What are some interesting go-to-market strategies in the pediatric space? What challenges are there in the space and what are some tactics to get around them?
It’s very hard to target kids directly. We don’t do it at all – we go through parents who we already have in our ecosystem. It could be useful for other products in the space to have components of the product involving other family members in the experience.
The most important thing in go-to-market though is transparency and empathy. This is true in both designing marketing campaigns and in interactions within your app. We work with people that other platforms will never work with, because of our price. We are the lowest cost product in the market, and truly affordable for all. We get a lot of uninsured, underinsured populations that a lot of people don’t want to see. For us, it’s a thought exercise about how to truly be mass market. It’s easy to charge $200/month for a membership, and try to get more people in person because that is what the current reimbursement model supports. That is not what we are about.
Looking ahead, what clinical areas within pediatrics do you think represent the biggest opportunities? For example, speech, eye care, and disability diagnosis.
There is a big crisis of mental health in kids that is very problematic today. There is no simple secret to crack this – there are physical aspects, social aspects, and emotional aspects. The question is around what a product looks like in this space.

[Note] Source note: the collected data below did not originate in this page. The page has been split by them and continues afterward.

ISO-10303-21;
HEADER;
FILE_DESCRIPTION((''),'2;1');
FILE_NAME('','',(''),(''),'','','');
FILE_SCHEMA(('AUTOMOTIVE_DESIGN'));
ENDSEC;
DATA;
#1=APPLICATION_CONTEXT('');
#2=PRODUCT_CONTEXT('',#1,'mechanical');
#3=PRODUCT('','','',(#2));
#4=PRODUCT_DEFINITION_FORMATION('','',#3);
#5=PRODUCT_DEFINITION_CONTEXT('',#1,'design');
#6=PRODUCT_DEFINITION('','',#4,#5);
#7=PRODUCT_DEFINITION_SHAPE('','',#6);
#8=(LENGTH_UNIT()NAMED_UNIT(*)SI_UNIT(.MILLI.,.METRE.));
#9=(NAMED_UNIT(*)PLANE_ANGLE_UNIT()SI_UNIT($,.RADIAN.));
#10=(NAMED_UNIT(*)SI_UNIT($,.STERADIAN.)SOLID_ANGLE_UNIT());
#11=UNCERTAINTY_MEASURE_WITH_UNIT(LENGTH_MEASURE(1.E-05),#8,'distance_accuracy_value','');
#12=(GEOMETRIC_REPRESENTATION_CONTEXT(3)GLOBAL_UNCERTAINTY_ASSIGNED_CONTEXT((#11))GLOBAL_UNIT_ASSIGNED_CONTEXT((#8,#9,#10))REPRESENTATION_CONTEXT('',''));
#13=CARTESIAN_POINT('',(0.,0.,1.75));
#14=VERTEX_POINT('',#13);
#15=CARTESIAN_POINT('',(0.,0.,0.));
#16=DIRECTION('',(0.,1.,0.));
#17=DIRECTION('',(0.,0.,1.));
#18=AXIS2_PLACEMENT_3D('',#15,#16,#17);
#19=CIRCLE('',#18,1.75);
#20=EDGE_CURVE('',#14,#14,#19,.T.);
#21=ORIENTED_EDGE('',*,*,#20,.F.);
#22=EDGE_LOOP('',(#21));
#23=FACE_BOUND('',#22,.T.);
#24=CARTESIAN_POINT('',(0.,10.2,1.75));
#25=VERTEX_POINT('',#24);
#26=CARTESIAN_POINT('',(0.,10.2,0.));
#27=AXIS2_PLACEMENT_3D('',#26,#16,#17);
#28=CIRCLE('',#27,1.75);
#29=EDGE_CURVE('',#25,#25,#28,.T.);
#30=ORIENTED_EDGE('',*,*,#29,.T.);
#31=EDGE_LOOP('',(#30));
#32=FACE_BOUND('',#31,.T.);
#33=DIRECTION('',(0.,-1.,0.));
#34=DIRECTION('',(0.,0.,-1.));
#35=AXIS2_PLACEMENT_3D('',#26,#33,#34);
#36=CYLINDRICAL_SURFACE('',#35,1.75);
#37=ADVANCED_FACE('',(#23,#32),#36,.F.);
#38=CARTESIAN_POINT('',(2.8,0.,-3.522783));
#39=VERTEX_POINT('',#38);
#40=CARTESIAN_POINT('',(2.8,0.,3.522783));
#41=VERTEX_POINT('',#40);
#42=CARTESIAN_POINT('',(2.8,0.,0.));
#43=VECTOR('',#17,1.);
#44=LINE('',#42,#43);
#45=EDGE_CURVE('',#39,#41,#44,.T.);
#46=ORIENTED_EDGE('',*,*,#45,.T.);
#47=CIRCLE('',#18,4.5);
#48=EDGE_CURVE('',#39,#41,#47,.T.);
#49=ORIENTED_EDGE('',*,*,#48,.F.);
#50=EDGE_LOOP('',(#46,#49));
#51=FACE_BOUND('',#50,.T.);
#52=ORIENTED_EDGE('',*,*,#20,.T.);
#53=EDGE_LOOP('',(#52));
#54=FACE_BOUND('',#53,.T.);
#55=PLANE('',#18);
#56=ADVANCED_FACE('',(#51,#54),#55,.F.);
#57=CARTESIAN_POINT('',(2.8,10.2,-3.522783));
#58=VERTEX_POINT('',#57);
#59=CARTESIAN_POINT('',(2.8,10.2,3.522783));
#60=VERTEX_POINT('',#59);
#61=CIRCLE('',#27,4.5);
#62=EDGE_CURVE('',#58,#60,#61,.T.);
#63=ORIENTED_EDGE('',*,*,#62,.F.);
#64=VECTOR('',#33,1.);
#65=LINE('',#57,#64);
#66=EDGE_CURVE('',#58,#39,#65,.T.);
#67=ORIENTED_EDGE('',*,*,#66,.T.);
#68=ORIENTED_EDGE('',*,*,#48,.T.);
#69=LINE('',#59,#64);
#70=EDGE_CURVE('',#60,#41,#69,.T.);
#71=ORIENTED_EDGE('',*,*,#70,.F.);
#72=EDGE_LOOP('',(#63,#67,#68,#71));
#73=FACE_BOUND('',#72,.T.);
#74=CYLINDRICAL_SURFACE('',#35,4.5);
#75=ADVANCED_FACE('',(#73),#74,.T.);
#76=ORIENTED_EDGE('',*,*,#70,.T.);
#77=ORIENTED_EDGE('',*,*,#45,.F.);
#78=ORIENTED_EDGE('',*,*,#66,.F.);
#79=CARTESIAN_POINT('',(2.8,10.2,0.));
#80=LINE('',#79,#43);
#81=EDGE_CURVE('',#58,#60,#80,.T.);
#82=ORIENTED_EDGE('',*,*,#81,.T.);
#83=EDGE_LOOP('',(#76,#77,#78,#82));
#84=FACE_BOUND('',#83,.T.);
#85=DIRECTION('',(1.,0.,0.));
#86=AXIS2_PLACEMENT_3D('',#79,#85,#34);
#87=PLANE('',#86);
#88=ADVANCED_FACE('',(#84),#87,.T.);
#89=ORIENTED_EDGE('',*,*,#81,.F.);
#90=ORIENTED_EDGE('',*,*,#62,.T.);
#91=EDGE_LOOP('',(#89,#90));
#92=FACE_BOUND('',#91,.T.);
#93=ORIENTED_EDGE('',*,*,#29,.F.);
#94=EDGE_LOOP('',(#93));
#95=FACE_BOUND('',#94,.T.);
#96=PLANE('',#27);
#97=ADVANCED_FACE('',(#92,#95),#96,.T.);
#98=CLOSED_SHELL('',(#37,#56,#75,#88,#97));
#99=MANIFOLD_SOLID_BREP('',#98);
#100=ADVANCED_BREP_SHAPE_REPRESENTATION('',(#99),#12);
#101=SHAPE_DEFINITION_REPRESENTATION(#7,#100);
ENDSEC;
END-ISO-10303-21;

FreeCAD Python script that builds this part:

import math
import FreeCAD as App
import Part
import Sketcher
Q = App.Units.Quantity

doc = App.newDocument("Part")
body = doc.addObject("PartDesign::Body", "Body")

sketch1 = body.newObject("Sketcher::SketchObject", "Sketch")
sketch1.AttachmentSupport = (doc.getObject("XZ_Plane"), [""])
sketch1.MapMode = "FlatFace"
sketch1.addGeometry(Part.LineSegment(App.Vector(2.8, 3.5, 0), App.Vector(2.8, -3.5, 0)), False)
sketch1.addGeometry(Part.ArcOfCircle(Part.Circle(App.Vector(0, 0, 0), App.Vector(0, 0, 1), 4.5), math.radians(52), math.radians(308)), False)
sketch1.addGeometry(Part.Circle(App.Vector(0, 0, 0), App.Vector(0, 0, 1), 1.8), False)
sketch1.addConstraint(Sketcher.Constraint("Coincident", 0, 1, 1, 1))
sketch1.addConstraint(Sketcher.Constraint("Coincident", 1, 2, 0, 2))
sketch1.addConstraint(Sketcher.Constraint("Vertical", 0))
sketch1.addConstraint(Sketcher.Constraint("Coincident", 1, 3, -1, 1))
sketch1.addConstraint(Sketcher.Constraint("Coincident", 2, 3, -1, 1))
sketch1.addConstraint(Sketcher.Constraint("Diameter", 2, Q("3.5 mm")))
sketch1.addConstraint(Sketcher.Constraint("Radius", 1, Q("4.5 mm")))
sketch1.addConstraint(Sketcher.Constraint("DistanceX", -1, 1, 0, 1, Q("2.8 mm")))
pad1 = body.newObject("PartDesign::Pad", "Pad")
pad1.Profile = sketch1
pad1.Length = 10.2
pad1.Reversed = True

doc.recompute()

Physicians are resolution-oriented, not service-oriented, and these solutions will involve a combination of mobilizing coaches, practitioners, and other experts over long periods of time. The key ingredient is patience.
There is also a massive opportunity in obesity management. We have seen a handful of companies raise venture funding to do virtual obesity management for adults, but there is an obesity crisis among children as well. We will need true integrated care in this space. Drugs are not the solution – it likely combines diet, coaching, and other techniques. I’m excited to see companies try to tackle this area.